Goal: re-develop this BERT Notebook to use textattack/albert-base-v2-MRPC.

Kernel: conda_pytorch_p36. Deleted all output files and did Restart & Run All.

I can successfully create and save an ONNX model from HuggingFace Transformers model in run time memory. Error occurs when onnx.load(), from storage into memory.

Are my ONNX files corrupted?

`albert.onnx` and `alber.opt.onnx` here.

Section 2.1 - export in-memory PyTorch model as ONNX model:

import onnxruntime

def export_onnx_model(args, model, tokenizer, onnx_model_path):
    with torch.no_grad():
        inputs = {'input_ids':      torch.ones(1,128, dtype=torch.int64),
                    'attention_mask': torch.ones(1,128, dtype=torch.int64),
                    'token_type_ids': torch.ones(1,128, dtype=torch.int64)}
        outputs = model(**inputs)

        symbolic_names = {0: 'batch_size', 1: 'max_seq_len'}
        torch.onnx.export(model,                                            # model being run
                    (inputs['input_ids'],                             # model input (or a tuple for multiple inputs)
                    inputs['attention_mask'], 
                    inputs['token_type_ids']),                                         # model input (or a tuple for multiple inputs)
                    onnx_model_path,                                # where to save the model (can be a file or file-like object)
                    opset_version=11,                                 # the ONNX version to export the model to
                    do_constant_folding=True,                         # whether to execute constant folding for optimization
                    input_names=['input_ids',                         # the model's input names
                                'input_mask', 
                                'segment_ids'],
                    output_names=['output'],                    # the model's output names
                    dynamic_axes={'input_ids': symbolic_names,        # variable length axes
                                'input_mask' : symbolic_names,
                                'segment_ids' : symbolic_names})
        logger.info("ONNX Model exported to {0}".format(onnx_model_path))

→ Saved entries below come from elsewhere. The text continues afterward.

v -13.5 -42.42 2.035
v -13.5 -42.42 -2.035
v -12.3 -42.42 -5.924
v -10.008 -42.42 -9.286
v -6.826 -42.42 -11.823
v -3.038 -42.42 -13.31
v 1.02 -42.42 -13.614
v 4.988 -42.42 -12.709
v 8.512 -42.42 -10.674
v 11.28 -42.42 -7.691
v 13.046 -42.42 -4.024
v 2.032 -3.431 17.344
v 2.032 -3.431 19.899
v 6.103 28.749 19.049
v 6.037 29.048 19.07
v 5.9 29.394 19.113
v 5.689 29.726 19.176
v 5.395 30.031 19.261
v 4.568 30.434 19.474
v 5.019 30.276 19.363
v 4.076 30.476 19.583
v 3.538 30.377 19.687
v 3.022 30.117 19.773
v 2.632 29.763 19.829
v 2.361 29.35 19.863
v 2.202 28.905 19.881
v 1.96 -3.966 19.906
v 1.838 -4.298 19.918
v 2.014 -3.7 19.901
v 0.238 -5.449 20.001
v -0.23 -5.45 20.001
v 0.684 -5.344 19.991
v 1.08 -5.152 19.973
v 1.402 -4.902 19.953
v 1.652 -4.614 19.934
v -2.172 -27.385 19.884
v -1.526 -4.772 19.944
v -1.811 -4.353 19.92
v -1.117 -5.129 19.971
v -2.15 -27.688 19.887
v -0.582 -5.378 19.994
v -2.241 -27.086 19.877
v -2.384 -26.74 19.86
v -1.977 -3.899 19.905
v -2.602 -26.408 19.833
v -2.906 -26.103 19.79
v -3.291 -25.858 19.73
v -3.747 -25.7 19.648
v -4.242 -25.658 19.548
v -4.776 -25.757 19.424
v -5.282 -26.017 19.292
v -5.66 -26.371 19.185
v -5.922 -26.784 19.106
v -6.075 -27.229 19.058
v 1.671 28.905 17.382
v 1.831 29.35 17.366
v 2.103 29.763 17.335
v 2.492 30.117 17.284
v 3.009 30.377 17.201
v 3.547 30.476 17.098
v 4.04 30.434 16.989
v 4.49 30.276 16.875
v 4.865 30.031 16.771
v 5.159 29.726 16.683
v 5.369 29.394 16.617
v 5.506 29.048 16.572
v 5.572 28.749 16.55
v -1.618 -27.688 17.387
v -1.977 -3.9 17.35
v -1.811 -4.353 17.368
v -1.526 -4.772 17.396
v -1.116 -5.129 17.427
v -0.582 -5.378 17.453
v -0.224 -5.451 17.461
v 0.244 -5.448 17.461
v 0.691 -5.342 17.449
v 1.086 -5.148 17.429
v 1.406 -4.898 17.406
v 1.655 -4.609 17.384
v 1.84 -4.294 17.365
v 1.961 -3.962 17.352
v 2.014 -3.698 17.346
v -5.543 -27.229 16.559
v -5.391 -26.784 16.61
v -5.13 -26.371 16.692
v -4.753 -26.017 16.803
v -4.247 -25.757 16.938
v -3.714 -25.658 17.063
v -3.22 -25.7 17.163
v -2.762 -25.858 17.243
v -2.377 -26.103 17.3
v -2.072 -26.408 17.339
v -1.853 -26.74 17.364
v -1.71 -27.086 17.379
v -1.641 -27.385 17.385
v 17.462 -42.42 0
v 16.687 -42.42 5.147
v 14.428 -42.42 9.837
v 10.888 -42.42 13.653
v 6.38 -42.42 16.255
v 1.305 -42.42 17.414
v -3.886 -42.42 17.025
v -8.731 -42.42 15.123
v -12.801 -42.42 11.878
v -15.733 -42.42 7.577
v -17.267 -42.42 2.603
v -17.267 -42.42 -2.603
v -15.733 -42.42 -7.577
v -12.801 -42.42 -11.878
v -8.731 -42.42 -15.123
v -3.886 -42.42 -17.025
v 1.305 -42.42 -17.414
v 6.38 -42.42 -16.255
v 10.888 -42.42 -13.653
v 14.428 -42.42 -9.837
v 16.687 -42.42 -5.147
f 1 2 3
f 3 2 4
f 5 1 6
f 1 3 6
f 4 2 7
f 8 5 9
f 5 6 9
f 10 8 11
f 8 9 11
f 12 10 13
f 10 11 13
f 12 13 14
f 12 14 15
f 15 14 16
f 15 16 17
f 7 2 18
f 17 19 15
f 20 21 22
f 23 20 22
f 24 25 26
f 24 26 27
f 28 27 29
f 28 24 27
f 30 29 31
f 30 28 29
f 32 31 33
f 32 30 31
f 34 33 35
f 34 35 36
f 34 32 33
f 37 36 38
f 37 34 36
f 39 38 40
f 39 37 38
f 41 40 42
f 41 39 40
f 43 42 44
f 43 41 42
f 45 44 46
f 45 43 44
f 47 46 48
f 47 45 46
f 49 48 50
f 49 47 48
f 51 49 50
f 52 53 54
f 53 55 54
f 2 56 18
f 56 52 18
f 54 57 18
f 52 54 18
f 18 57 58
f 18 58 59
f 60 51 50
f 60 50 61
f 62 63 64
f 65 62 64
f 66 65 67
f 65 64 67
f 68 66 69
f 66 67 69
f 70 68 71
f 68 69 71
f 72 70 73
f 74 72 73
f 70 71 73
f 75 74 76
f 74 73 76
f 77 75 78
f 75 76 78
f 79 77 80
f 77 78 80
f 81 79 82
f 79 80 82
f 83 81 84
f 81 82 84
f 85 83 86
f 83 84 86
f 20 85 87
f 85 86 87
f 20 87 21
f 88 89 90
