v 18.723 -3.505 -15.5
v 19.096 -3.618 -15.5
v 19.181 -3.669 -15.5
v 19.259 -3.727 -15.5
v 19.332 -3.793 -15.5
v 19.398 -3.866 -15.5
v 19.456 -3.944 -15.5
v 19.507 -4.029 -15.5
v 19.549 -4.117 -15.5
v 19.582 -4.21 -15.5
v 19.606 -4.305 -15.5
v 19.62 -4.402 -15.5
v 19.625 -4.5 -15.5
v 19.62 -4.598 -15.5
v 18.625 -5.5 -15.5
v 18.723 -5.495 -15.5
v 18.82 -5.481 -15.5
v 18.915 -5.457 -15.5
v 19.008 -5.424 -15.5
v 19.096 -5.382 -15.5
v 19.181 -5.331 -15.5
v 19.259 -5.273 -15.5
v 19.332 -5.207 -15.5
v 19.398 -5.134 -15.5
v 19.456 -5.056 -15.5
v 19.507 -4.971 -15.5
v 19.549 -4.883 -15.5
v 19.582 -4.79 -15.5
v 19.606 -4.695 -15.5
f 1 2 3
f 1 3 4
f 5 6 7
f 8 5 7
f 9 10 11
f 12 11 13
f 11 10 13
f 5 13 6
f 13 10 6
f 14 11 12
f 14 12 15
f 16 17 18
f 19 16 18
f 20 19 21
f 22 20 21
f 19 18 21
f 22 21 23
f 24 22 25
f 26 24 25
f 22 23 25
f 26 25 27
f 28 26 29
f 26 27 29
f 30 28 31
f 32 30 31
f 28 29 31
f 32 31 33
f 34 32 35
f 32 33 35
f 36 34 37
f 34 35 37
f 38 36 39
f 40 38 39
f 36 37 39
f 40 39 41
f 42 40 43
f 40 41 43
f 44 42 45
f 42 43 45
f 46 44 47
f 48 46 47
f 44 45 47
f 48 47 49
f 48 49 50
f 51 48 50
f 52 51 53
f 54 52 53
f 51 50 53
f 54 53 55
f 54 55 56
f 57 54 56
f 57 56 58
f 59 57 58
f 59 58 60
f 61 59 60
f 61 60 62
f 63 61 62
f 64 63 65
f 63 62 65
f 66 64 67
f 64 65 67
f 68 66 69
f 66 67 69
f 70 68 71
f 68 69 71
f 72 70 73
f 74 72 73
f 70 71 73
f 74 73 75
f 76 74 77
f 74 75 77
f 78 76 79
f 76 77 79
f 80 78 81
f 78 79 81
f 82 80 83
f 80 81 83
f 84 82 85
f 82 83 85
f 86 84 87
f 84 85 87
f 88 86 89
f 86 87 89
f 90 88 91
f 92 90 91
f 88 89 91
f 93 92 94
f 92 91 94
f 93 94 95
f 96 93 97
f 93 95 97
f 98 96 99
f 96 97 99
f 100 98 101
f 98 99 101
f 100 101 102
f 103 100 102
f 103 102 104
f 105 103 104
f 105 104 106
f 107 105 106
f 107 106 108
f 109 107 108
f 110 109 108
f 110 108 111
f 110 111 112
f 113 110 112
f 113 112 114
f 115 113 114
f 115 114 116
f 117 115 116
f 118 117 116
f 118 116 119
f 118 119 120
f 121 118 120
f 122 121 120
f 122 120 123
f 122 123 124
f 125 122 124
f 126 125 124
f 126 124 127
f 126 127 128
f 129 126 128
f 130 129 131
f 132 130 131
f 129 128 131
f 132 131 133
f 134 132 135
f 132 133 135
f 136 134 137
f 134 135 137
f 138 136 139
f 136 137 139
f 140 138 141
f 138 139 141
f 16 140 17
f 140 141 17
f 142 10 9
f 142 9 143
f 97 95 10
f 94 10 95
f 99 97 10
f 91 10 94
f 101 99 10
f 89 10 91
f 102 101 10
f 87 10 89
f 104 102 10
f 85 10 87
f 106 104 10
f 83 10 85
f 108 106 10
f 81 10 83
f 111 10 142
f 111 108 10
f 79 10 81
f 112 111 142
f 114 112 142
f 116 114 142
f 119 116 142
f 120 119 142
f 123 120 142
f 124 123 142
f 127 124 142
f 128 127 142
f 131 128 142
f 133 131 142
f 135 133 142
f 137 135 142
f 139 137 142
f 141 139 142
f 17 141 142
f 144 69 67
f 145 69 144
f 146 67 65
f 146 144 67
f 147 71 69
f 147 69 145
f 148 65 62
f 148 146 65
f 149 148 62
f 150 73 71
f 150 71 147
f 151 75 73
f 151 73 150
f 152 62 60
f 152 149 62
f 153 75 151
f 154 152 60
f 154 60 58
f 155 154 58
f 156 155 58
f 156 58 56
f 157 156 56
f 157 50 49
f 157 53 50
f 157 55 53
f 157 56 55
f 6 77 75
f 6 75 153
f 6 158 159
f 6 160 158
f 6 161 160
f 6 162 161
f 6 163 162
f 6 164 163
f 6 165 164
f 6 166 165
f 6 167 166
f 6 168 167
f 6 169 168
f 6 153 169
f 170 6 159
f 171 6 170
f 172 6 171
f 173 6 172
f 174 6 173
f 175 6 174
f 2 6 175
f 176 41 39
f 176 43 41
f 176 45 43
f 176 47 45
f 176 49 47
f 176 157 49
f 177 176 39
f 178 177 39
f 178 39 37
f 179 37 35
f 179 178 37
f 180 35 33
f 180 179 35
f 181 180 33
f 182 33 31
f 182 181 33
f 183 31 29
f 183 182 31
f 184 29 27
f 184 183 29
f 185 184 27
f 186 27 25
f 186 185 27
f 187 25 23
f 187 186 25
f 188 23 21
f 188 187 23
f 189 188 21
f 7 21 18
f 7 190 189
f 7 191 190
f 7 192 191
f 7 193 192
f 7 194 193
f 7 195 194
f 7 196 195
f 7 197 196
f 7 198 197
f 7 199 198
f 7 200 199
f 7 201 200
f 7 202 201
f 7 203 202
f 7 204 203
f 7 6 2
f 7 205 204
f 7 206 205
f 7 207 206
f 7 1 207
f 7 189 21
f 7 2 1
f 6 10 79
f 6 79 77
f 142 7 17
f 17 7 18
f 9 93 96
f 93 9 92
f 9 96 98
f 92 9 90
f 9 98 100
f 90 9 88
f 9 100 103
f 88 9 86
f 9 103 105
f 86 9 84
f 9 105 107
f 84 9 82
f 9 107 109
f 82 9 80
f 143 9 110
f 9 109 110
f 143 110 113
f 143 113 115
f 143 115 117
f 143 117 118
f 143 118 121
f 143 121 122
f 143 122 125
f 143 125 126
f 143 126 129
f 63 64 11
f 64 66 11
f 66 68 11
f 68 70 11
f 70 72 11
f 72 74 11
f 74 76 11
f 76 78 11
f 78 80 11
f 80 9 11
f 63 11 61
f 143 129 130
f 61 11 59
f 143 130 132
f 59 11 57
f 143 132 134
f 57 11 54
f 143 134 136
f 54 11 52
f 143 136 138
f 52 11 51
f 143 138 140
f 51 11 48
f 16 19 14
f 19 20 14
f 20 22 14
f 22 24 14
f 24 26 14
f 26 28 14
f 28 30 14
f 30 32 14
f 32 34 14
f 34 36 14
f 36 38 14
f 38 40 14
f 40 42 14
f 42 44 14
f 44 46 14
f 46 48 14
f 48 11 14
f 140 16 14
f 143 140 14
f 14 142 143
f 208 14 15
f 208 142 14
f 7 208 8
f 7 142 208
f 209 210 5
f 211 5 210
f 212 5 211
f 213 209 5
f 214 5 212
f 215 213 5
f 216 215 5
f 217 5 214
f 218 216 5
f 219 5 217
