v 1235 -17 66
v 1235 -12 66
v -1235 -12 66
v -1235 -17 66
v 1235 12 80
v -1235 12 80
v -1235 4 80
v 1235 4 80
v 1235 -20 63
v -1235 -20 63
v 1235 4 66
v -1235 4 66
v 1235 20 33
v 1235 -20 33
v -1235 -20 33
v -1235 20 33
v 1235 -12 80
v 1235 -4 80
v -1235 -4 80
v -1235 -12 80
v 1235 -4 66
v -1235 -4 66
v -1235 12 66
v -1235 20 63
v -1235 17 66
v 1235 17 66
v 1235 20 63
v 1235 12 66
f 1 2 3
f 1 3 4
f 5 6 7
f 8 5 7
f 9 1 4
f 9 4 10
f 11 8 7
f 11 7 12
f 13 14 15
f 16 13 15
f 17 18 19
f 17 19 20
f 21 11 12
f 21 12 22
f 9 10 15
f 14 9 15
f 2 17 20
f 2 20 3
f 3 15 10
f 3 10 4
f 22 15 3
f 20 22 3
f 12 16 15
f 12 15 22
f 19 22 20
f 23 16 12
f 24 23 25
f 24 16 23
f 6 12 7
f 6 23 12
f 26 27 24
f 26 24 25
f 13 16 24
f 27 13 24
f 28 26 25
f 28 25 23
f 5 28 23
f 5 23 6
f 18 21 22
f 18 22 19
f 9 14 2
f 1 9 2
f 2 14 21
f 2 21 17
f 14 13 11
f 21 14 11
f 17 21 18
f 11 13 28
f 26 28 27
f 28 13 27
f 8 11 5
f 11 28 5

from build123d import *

# Parameters (mm, degrees)
F1_W     = 40
F1_H     = 19
F3_DEPTH = 1275
F2_W     = 80
F2_H     = 100
F4_DEPTH = 25
F6_DEPTH = 40


with BuildPart() as f3:
    # F1 (on Right) → F3 (new body, symmetric)
    with BuildSketch(Plane.YZ):
        Polygon((20, 33), (20, 63), (17, 66), (12, 66), (12, 80), (4, 80), (4, 66), (-4, 66), (-4, 80), (-12, 80), (-12, 66), (-17, 66), (-20, 63), (-20, 33), align=None)
        with Locations((0, 23.5)):
            Rectangle(F1_W, F1_H)
    extrude(amount=F3_DEPTH, both=True)

    # F2 (on Front) → F4 (cut, symmetric)
    with BuildSketch(Plane.XZ):
        with Locations((-1275, 83)):
            Rectangle(F2_W, F2_H)
        with Locations((-1275, -83)):
            Rectangle(F2_W, F2_H)
        with Locations((1275, 83)):
            Rectangle(F2_W, F2_H)
        with Locations((1275, -83)):
            Rectangle(F2_W, F2_H)
    extrude(amount=F4_DEPTH, both=True, mode=Mode.SUBTRACT)

    # F5 (on face) → F6 (cut, through all)
    with BuildSketch(Plane.XZ.offset(20)):
        Polygon((-1235, 33), (-1275, 33), (-1275, 14), (1275, 14), (1275, 33), (1235, 33), align=None)
    extrude(amount=-F6_DEPTH, mode=Mode.SUBTRACT)


solid = f3.part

export_onnx_model(configs, model, tokenizer, "albert.onnx")

Then optimisation:

pip install torch_optimizer

import torch_optimizer as optim

optimizer = optim.DiffGrad(model.parameters(), lr=0.001)
optimizer.step()

torch.save(optimizer.state_dict(), 'albert.opt.onnx')

Section 2.2 Quantize ONNX model:

from onnxruntime.quantization import quantize_dynamic, QuantType
import onnx

def quantize_onnx_model(onnx_model_path, quantized_model_path):    
    onnx_opt_model = onnx.load(onnx_model_path)  # DecodeError
    quantize_dynamic(onnx_model_path,
                     quantized_model_path,
                     weight_type=QuantType.QInt8)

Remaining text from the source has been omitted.